» **Task requirements**: Give back exactly the lines of the entries below from the line with "f 273 257 260" to the line with "f 332 316 323", inclusive, and only those.

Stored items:

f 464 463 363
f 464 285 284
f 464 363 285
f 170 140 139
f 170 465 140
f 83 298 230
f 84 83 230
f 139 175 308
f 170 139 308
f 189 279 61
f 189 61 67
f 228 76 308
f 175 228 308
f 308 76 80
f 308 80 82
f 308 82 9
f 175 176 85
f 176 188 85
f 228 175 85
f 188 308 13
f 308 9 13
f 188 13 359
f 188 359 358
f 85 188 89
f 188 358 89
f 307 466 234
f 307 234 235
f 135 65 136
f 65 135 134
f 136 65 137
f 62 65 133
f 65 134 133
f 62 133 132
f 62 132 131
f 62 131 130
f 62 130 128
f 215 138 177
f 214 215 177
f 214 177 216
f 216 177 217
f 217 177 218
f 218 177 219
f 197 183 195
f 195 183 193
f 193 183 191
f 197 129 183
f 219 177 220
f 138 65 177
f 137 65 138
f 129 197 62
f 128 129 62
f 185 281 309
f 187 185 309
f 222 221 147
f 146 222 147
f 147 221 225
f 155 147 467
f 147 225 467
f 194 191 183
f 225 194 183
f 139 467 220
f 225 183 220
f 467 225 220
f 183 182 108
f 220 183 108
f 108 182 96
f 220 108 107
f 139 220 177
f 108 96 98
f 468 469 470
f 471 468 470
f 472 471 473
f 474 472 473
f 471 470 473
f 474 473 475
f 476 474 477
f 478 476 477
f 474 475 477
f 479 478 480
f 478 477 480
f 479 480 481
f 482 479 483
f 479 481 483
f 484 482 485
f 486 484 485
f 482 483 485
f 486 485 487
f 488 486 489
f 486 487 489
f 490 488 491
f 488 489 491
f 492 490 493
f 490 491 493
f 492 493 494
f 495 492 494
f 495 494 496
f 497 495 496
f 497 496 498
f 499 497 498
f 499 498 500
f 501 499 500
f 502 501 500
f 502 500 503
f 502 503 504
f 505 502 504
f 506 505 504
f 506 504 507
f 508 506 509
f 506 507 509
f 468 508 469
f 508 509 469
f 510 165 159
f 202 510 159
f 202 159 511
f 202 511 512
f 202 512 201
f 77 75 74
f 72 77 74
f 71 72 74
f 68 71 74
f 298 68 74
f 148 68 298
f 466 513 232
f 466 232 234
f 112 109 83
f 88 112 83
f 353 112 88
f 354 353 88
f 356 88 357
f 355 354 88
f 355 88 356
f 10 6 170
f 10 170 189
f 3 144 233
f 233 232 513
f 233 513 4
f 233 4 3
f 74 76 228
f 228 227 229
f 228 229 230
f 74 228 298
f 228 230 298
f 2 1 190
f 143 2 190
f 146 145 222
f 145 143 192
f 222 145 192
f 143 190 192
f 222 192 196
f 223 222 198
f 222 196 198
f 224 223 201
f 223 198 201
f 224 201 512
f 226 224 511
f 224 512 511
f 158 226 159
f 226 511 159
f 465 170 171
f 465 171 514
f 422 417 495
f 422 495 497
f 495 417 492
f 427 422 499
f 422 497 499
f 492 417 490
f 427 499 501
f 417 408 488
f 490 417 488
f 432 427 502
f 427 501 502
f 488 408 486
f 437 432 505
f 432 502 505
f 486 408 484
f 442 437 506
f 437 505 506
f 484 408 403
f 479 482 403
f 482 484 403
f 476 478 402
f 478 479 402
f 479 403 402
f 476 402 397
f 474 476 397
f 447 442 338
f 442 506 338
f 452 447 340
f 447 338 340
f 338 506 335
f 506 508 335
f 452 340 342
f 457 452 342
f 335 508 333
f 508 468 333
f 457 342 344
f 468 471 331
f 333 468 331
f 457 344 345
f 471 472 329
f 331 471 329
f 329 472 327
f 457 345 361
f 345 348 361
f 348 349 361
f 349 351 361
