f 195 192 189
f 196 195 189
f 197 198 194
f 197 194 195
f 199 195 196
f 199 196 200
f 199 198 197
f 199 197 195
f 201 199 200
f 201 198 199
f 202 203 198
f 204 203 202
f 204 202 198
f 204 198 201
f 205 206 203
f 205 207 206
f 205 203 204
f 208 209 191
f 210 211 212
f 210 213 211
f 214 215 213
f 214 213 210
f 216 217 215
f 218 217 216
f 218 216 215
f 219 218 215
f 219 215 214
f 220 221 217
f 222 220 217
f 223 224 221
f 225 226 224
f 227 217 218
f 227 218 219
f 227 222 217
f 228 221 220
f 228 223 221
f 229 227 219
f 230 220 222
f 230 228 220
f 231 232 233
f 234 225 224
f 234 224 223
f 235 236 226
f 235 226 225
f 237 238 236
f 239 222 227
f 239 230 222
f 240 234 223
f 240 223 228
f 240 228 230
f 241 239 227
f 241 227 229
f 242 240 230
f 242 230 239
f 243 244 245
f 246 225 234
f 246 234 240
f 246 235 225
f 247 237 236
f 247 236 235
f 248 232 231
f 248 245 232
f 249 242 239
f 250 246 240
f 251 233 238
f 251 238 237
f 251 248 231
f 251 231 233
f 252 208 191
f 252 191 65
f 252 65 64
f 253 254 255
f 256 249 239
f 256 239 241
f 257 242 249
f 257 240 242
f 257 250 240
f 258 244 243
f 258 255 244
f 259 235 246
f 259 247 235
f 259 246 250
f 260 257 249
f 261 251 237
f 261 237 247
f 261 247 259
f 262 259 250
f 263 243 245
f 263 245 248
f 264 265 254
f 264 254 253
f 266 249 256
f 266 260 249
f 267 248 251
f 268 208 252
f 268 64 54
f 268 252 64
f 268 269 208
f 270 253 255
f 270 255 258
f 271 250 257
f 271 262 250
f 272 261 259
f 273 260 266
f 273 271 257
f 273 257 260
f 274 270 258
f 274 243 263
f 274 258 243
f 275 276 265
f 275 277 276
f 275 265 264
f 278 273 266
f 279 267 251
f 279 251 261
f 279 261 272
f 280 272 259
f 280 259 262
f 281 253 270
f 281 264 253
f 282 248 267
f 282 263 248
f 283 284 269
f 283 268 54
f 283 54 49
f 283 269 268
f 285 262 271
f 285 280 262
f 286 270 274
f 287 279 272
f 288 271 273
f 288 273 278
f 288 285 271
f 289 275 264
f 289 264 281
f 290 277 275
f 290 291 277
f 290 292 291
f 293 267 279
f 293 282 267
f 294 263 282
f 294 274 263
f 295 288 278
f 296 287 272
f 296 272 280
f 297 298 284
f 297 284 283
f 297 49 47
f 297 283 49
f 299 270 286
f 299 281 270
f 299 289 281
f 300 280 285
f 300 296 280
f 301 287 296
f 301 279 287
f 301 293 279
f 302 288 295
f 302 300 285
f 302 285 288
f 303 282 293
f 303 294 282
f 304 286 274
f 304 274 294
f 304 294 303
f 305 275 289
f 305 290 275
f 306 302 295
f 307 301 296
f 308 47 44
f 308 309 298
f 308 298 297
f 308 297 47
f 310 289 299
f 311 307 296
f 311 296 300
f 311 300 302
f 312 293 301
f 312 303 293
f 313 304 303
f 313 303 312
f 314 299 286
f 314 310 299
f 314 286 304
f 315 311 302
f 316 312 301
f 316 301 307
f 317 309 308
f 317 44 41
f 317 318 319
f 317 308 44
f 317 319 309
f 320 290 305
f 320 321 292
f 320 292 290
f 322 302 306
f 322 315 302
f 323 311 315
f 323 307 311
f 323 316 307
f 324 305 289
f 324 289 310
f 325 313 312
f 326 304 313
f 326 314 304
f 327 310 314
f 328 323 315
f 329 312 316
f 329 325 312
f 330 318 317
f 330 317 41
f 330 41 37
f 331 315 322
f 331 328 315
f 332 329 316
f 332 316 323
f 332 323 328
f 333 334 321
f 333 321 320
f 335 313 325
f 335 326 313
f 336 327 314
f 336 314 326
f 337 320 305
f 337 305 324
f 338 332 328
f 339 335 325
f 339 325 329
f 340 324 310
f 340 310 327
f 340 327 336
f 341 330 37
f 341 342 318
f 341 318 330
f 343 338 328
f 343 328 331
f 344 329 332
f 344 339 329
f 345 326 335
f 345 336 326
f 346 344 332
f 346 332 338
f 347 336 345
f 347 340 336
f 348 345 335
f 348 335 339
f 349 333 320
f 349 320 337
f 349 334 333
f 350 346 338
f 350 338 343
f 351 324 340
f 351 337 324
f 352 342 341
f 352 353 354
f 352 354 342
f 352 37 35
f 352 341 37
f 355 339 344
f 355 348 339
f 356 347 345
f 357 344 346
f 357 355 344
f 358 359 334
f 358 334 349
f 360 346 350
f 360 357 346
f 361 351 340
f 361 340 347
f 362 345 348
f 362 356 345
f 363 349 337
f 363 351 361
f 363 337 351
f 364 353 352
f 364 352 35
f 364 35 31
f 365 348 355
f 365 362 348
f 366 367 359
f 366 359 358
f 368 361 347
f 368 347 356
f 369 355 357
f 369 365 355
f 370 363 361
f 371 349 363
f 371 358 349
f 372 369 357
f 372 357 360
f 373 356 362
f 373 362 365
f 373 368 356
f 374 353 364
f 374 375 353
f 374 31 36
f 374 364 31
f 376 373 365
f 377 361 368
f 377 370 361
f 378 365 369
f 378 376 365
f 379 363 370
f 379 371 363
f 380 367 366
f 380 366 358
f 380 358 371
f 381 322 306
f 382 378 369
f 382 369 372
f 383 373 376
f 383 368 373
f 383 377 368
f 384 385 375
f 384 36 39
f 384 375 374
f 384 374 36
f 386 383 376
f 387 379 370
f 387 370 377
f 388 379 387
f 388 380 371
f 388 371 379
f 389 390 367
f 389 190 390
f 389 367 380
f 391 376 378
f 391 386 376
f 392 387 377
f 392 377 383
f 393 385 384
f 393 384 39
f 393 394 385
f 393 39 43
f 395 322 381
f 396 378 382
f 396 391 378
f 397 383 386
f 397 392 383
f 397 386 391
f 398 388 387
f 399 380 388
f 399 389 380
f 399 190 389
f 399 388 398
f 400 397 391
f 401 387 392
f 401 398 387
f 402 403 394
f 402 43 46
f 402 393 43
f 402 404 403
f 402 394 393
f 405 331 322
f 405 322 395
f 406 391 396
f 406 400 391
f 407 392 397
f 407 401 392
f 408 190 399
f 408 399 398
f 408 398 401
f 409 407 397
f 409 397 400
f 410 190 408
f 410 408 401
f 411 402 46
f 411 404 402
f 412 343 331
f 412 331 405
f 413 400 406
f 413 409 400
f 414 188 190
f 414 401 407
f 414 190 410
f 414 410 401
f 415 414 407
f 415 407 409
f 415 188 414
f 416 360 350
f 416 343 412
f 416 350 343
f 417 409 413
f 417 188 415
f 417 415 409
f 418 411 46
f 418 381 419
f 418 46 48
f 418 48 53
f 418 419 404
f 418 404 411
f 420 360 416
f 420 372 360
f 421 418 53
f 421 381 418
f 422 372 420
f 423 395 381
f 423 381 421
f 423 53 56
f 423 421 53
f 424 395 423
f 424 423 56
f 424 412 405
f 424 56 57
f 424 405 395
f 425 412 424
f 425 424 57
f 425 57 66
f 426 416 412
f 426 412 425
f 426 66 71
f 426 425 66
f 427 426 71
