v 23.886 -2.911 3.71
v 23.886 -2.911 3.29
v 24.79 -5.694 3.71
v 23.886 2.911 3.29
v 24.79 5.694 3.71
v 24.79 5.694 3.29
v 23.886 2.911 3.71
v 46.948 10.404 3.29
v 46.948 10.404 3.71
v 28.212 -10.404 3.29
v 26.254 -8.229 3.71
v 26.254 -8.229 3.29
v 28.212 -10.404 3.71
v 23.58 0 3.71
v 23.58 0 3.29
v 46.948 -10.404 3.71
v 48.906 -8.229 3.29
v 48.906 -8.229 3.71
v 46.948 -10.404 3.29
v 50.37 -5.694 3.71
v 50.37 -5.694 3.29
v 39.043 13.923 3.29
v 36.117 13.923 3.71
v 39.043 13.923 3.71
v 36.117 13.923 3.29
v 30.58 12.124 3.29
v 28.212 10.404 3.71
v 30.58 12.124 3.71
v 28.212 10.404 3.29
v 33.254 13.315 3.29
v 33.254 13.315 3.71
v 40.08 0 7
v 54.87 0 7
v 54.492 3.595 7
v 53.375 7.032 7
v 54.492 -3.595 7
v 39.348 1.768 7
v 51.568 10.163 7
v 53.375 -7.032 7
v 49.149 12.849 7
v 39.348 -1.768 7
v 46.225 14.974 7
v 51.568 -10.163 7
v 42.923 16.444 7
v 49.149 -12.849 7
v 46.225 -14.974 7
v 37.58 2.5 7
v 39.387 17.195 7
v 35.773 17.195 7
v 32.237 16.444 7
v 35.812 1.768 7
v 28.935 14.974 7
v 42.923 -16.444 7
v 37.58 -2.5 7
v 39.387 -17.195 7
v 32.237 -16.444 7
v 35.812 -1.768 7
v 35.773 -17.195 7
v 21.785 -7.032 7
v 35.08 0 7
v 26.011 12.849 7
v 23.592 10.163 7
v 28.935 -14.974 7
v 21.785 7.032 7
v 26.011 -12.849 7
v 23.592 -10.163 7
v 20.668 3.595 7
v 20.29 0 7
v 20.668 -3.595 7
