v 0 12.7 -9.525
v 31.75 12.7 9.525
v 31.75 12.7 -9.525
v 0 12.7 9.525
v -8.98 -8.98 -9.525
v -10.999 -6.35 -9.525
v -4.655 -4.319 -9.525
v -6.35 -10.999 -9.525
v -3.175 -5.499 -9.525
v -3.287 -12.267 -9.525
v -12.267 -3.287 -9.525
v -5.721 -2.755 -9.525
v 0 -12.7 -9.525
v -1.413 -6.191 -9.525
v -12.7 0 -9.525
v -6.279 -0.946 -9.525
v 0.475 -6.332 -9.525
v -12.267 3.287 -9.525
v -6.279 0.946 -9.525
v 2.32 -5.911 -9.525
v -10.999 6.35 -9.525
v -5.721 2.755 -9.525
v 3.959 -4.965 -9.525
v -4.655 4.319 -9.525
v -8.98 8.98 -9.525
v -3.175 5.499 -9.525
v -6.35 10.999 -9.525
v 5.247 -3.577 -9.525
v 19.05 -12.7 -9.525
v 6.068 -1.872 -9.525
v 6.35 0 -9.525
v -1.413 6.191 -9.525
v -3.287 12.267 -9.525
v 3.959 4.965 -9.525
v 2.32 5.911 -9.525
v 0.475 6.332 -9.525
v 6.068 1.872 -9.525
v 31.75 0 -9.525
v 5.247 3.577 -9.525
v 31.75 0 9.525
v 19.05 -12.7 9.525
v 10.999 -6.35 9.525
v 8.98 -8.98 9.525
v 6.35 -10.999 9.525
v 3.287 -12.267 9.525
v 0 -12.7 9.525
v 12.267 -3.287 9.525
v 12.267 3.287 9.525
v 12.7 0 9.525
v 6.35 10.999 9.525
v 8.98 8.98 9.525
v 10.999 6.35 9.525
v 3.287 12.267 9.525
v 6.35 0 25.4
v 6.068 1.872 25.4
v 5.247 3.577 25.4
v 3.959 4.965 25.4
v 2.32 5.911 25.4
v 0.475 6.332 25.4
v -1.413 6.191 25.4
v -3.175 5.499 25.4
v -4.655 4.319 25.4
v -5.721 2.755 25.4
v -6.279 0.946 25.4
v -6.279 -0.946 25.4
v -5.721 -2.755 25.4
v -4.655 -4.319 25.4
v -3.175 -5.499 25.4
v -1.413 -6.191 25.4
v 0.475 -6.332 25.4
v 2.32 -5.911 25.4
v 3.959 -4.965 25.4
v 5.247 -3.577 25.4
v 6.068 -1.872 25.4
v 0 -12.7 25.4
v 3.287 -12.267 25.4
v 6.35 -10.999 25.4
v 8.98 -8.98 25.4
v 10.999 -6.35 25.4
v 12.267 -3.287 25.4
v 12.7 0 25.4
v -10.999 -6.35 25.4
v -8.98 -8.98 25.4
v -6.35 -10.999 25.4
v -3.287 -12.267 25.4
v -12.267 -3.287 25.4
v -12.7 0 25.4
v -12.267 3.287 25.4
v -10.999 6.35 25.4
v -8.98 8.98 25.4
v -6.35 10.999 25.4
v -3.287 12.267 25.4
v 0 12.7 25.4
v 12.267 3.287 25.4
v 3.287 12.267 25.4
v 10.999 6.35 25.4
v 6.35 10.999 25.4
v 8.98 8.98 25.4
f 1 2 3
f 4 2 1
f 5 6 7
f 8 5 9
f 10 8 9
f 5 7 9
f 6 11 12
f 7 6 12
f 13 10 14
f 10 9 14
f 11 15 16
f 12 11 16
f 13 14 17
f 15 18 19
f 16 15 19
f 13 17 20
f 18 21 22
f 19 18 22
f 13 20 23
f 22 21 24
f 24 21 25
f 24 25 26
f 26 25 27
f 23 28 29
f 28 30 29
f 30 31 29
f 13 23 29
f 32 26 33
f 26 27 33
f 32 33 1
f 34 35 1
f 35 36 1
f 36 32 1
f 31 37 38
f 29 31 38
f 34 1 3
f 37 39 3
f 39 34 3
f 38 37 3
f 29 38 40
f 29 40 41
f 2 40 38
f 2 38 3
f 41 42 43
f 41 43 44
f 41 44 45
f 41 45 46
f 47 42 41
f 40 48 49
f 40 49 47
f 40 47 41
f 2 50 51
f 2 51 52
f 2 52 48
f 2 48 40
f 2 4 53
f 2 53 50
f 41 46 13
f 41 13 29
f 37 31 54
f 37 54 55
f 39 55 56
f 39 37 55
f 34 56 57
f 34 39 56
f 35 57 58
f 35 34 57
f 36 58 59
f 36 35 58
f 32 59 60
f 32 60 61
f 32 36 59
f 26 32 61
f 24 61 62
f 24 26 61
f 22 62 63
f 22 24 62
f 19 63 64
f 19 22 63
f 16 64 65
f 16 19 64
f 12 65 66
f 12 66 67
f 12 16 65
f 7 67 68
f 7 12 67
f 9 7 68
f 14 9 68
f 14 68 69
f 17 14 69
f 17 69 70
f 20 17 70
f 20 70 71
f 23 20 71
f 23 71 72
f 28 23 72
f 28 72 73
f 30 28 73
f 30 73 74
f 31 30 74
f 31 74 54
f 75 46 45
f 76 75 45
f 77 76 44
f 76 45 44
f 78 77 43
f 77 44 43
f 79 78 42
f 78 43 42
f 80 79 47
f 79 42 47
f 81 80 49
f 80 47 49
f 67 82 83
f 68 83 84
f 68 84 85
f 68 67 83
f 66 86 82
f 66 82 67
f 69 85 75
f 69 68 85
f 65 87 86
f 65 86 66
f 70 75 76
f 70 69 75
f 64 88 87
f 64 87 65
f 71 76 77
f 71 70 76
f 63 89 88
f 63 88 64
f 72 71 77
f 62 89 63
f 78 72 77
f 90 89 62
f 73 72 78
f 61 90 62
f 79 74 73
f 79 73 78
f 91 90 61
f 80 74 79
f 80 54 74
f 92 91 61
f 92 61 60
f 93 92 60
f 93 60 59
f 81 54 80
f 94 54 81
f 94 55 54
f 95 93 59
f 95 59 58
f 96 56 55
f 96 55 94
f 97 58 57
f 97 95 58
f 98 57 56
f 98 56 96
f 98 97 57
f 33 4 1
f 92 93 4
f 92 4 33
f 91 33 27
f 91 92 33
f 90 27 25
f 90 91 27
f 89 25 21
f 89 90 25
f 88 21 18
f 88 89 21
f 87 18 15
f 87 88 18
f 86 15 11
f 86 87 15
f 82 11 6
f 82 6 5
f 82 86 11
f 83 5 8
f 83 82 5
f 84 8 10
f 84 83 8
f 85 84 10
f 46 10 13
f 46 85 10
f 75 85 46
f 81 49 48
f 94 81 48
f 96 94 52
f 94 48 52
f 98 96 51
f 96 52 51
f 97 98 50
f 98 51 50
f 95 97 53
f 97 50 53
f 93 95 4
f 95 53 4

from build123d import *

# Parameters (mm, degrees)
F0_R     = 6.35
F1_DEPTH = 25.4
F2_DEPTH = 9.525
F4_DEPTH = 12.7


with BuildPart() as f1:
    # F0 (on Top) → F1 (new body)
    with BuildSketch(Plane.XY):
        with BuildLine():
            ThreePointArc((0, -12.7), (8.980256, -8.980256), (12.7, 0))
            ThreePointArc((12.7, 0), (8.980256, 8.980256), (0, 12.7))
            ThreePointArc((0, 12.7), (-12.7, 0), (0, -12.7))
        make_face()
        Circle(F0_R, mode=Mode.SUBTRACT)
    extrude(amount=F1_DEPTH)

    # F0 (on Top) → F2 (join, symmetric)
    with BuildSketch(Plane.XY):
        with BuildLine():
            ThreePointArc((0, -12.7), (8.980256, -8.980256), (12.7, 0))
            ThreePointArc((12.7, 0), (8.980256, 8.980256), (0, 12.7))
            ThreePointArc((0, 12.7), (-12.7, 0), (0, -12.7))
        make_face()
        Circle(F0_R, mode=Mode.SUBTRACT)
        with BuildLine():
            ThreePointArc((0, 12.7), (8.980256, 8.980256), (12.7, 0))
            ThreePointArc((12.7, 0), (8.980256, -8.980256), (0, -12.7))
            Line((0, -12.7), (31.75, -12.7))
            Line((31.75, -12.7), (31.75, 12.7))
            Line((31.75, 12.7), (0, 12.7))
        make_face()
    extrude(amount=F2_DEPTH, both=True)

    # F3 (on Top) → F4 (cut, symmetric)
    with BuildSketch(Plane.XY):
        Polygon((31.75, 0), (19.05, -12.7), (31.75, -12.7), align=None)
    extrude(amount=F4_DEPTH, both=True, mode=Mode.SUBTRACT)


solid = f1.part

» **Completed task**:
f 273 257 260
f 274 270 258
f 274 243 263
f 274 258 243
f 275 276 265
f 275 277 276
f 275 265 264
f 278 273 266
f 279 267 251
f 279 251 261
f 279 261 272
f 280 272 259
f 280 259 262
f 281 253 270
f 281 264 253
f 282 248 267
f 282 263 248
f 283 284 269
f 283 268 54
f 283 54 49
f 283 269 268
f 285 262 271
f 285 280 262
f 286 270 274
f 287 279 272
f 288 271 273
f 288 273 278
f 288 285 271
f 289 275 264
f 289 264 281
f 290 277 275
f 290 291 277
f 290 292 291
f 293 267 279
f 293 282 267
f 294 263 282
f 294 274 263
f 295 288 278
f 296 287 272
f 296 272 280
f 297 298 284
f 297 284 283
f 297 49 47
f 297 283 49
f 299 270 286
f 299 281 270
f 299 289 281
f 300 280 285
f 300 296 280
f 301 287 296
f 301 279 287
f 301 293 279
f 302 288 295
f 302 300 285
f 302 285 288
f 303 282 293
f 303 294 282
f 304 286 274
f 304 274 294
f 304 294 303
f 305 275 289
f 305 290 275
f 306 302 295
f 307 301 296
f 308 47 44
f 308 309 298
f 308 298 297
f 308 297 47
f 310 289 299
f 311 307 296
f 311 296 300
f 311 300 302
f 312 293 301
f 312 303 293
f 313 304 303
f 313 303 312
f 314 299 286
f 314 310 299
f 314 286 304
f 315 311 302
f 316 312 301
f 316 301 307
f 317 309 308
f 317 44 41
f 317 318 319
f 317 308 44
f 317 319 309
f 320 290 305
f 320 321 292
f 320 292 290
f 322 302 306
f 322 315 302
f 323 311 315
f 323 307 311
f 323 316 307
f 324 305 289
f 324 289 310
f 325 313 312
f 326 304 313
f 326 314 304
f 327 310 314
f 328 323 315
f 329 312 316
f 329 325 312
f 330 318 317
f 330 317 41
f 330 41 37
f 331 315 322
f 331 328 315
f 332 329 316
f 332 316 323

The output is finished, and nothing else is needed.